Il vangelo di oggi si apre con una contestualizzazione storica ben precisa e per farlo si riportano nomi altisonanti di personaggi importanti e illustri: imperatori, tetrarchi, regnanti, sommi sacerdoti. Di fronte ad essi c’è un uomo, definito semplicemente “figlio di Zaccaria, sul quale si posa la parola di Dio, nel deserto”. Di lui viene specificato anche la missione, ossia dedicarsi alla predicazione e attuare un battesimo di conversione. Non sembra il massimo dell’etichetta; sicuramente noi non la useremmo per le nostre presentazioni ufficiali e bigliettini da visita, spesso ridondanti di una serie di titoli atti ad esaltare le nostre qualità. Certo, se Pilato, Quirino, Erode, Filippo, Lisania, ma anche i sommi sacerdoti Anna e Caifa, da tutti considerati i grandi della terra, i detentori del potere, avessero saputo che un giorno sarebbero stati ricordati non in virtù delle loro gesta e imprese eroiche, ma per aver casualmente incrociato i primi giorni di vita di quel “bambino”, figlio di poveri ebrei, sarebbero impalliditi, se non morti di rabbia.

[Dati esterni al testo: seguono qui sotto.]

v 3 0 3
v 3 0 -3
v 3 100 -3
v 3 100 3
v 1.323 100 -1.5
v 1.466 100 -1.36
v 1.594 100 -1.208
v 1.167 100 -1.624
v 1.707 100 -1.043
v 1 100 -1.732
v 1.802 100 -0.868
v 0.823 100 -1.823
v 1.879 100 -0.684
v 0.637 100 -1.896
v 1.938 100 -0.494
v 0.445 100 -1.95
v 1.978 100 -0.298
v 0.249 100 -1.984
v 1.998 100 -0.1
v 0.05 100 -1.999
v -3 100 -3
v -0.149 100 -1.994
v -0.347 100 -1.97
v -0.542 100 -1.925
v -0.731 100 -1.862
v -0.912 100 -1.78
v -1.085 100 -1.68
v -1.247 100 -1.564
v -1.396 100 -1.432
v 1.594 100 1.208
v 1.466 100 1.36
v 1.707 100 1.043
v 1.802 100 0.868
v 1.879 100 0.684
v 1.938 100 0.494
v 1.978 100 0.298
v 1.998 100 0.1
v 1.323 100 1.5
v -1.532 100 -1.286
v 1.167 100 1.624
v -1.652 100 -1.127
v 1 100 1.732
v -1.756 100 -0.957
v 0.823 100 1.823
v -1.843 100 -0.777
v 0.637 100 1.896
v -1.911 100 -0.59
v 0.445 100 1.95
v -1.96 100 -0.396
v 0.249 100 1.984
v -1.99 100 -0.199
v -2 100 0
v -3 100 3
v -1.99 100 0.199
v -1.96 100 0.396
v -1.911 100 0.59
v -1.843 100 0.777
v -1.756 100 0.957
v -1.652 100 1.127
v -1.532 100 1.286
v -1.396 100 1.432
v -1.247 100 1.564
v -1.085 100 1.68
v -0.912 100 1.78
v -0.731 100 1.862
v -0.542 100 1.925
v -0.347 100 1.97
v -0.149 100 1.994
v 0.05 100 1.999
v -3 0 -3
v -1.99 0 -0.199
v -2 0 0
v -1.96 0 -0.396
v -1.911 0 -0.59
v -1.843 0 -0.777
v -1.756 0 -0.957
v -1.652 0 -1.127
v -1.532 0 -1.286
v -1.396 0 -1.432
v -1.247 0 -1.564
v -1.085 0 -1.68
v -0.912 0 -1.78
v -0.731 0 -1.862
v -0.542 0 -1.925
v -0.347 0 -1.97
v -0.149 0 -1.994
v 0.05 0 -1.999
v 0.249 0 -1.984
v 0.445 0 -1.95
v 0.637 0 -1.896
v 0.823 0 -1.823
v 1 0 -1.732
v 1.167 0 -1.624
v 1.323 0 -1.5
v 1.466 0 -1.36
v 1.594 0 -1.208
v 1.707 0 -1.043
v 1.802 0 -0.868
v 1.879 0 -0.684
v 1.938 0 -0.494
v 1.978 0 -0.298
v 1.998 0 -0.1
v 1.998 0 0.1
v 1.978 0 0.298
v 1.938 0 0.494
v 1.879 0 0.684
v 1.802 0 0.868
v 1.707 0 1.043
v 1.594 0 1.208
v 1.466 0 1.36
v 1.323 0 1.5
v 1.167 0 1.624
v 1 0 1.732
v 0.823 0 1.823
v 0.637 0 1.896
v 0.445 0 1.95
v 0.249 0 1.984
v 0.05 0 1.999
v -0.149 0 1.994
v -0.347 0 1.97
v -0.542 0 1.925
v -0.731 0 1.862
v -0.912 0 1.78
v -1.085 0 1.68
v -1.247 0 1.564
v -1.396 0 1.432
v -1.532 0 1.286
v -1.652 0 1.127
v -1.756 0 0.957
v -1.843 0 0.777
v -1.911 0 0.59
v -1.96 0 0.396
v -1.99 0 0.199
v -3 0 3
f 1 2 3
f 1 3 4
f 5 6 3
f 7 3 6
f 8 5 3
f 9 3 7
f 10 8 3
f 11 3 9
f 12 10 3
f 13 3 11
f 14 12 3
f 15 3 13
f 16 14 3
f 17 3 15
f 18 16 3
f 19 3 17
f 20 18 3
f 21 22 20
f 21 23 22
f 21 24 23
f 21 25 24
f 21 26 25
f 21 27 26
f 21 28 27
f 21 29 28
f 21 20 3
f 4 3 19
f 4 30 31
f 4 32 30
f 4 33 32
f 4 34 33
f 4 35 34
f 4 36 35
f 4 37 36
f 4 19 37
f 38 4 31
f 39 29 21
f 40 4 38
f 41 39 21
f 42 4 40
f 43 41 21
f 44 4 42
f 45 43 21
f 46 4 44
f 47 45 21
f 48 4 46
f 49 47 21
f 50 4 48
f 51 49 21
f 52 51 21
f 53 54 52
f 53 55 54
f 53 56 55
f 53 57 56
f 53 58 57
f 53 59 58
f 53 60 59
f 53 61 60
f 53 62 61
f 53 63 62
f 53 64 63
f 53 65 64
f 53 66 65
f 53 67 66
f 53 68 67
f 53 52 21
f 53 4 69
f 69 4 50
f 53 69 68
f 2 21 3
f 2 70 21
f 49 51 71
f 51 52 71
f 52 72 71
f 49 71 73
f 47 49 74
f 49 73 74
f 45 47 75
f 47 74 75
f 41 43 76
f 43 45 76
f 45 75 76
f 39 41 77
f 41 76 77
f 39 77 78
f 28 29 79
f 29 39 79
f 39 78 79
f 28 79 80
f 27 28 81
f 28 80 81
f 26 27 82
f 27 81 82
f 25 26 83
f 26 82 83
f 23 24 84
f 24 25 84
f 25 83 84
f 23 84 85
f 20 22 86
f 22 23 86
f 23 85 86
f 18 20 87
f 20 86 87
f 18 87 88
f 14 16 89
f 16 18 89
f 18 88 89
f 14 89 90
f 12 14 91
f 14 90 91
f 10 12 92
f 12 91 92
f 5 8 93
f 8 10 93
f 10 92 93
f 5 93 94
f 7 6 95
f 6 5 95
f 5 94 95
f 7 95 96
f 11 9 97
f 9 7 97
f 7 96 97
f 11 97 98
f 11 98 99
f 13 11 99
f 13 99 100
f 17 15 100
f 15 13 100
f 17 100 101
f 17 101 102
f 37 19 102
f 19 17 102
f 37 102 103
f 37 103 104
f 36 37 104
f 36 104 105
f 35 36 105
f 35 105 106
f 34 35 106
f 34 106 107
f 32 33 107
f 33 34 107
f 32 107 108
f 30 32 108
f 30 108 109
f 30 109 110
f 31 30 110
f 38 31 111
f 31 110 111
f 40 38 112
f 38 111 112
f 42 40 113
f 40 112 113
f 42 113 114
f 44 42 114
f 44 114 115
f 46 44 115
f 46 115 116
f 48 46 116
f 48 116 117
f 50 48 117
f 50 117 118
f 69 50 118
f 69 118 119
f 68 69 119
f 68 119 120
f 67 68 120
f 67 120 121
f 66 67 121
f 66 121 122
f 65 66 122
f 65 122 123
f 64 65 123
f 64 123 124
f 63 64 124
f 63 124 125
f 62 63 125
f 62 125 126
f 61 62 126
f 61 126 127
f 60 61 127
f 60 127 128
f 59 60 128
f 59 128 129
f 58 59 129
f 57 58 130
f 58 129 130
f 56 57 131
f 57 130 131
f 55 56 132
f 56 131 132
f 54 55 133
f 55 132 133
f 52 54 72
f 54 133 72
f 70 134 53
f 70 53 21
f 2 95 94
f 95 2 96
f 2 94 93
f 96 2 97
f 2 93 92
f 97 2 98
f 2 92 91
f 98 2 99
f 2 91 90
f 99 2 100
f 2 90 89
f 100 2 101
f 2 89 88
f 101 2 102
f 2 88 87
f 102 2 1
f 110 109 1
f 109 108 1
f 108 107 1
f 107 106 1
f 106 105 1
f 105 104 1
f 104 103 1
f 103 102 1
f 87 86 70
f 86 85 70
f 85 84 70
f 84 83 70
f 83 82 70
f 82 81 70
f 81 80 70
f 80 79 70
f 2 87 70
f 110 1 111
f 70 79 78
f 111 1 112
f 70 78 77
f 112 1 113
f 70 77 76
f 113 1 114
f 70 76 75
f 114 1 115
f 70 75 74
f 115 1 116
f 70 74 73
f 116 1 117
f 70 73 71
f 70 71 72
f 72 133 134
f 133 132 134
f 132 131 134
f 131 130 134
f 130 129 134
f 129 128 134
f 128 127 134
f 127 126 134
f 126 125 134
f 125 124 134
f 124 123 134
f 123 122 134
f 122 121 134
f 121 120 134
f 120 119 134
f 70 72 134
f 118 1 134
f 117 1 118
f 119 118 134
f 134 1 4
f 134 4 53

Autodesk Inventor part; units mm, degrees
ref_plane "YZ Plane" through (0, 0, 0) normal (1, 0, 0) x (0, 1, 0)
ref_plane "XZ Plane" through (0, 0, 0) normal (0, 1, 0) x (-1, 0, 0)
ref_plane "XY Plane" through (0, 0, 0) normal (0, 0, 1) x (1, 0, 0)
sketch "Sketch1" plane through (0, 0, 0) normal (0, 1, 0) x (-1, 0, 0)
  line L0 (3, 3) -> (3, -3)
  line L1 (3, -3) -> (-3, -3)
  line L2 (-3, -3) -> (-3, 3)
  line L3 (-3, 3) -> (3, 3)
  line L4 (3, 3) -> (-3, -3) construction
  line L5 (3, -3) -> (-3, 3) construction
  circle A0 centre (0, 0) radius 2
  dimension "d0" = 6
  dimension "d1" = 6
  dimension "d2" = 4
extrude "Extrusion1" add sketch "Sketch1" along normal blind 100
ref_plane "Work Plane1" through (0, 0, 3) normal (1, 0, 0) x (0, 0, -1)
properties part number "carbon_fiber_6"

Consideriamo poi il luogo di questa missione, il deserto: e lì che Giovanni è inviato a gridare il suo annuncio di conversione. Una domanda sorge spontanea. Ma nel deserto a chi si predica, a chi si annuncia? Comprendiamo allora che il deserto oltre ad essere un luogo geografico, del quale conosciamo bene le infelici caratteristiche, è da considerare un ambiente vitale, vicino a noi più di quanto pensiamo. Deserto è sì dove manca l’acqua e la vita è compromessa, ma è anche aridità di vita spirituale, che per noi si traduce poi drammaticamente come mancanza di pace, di gioia e di serenità. In questo senso, quanto deserto, quanta aridità, quanta arsura dentro e intorno a noi!
Infine, l’oggetto della predicazione: “Preparate la via del Signore; raddrizzare i suoi sentieri”. È necessario che qualcuno appiani la strada e raddrizzi la via, con tutte le storture e tortuosità che esse presentano. Il riferimento non è a dissesti geologici o terreni particolarmente impervi, ma l’invito di Giovanni ci sprona a riportare nella nostra vita quelle forme necessarie di stabilità, equilibrio e solidità che abbiamo forse smarrito. Qualcuno dirà: “Queste cose le sappiamo, le hanno dette e ridette i nostri parroci”. Sappiamo che l’impegno prioritario del tempo di Avvento è riempire i burroni delle ingiustizie e delle prevaricazioni sociali, abbassare i monti dell’arroganza e livellare i colli della nostra mania di grandezza e di predominio sugli altri. È vero, lo sappiamo, ma quanti di noi si impegniamo a vivere secondo questo stile non solo l’Avvento, ma anche tutta la vita?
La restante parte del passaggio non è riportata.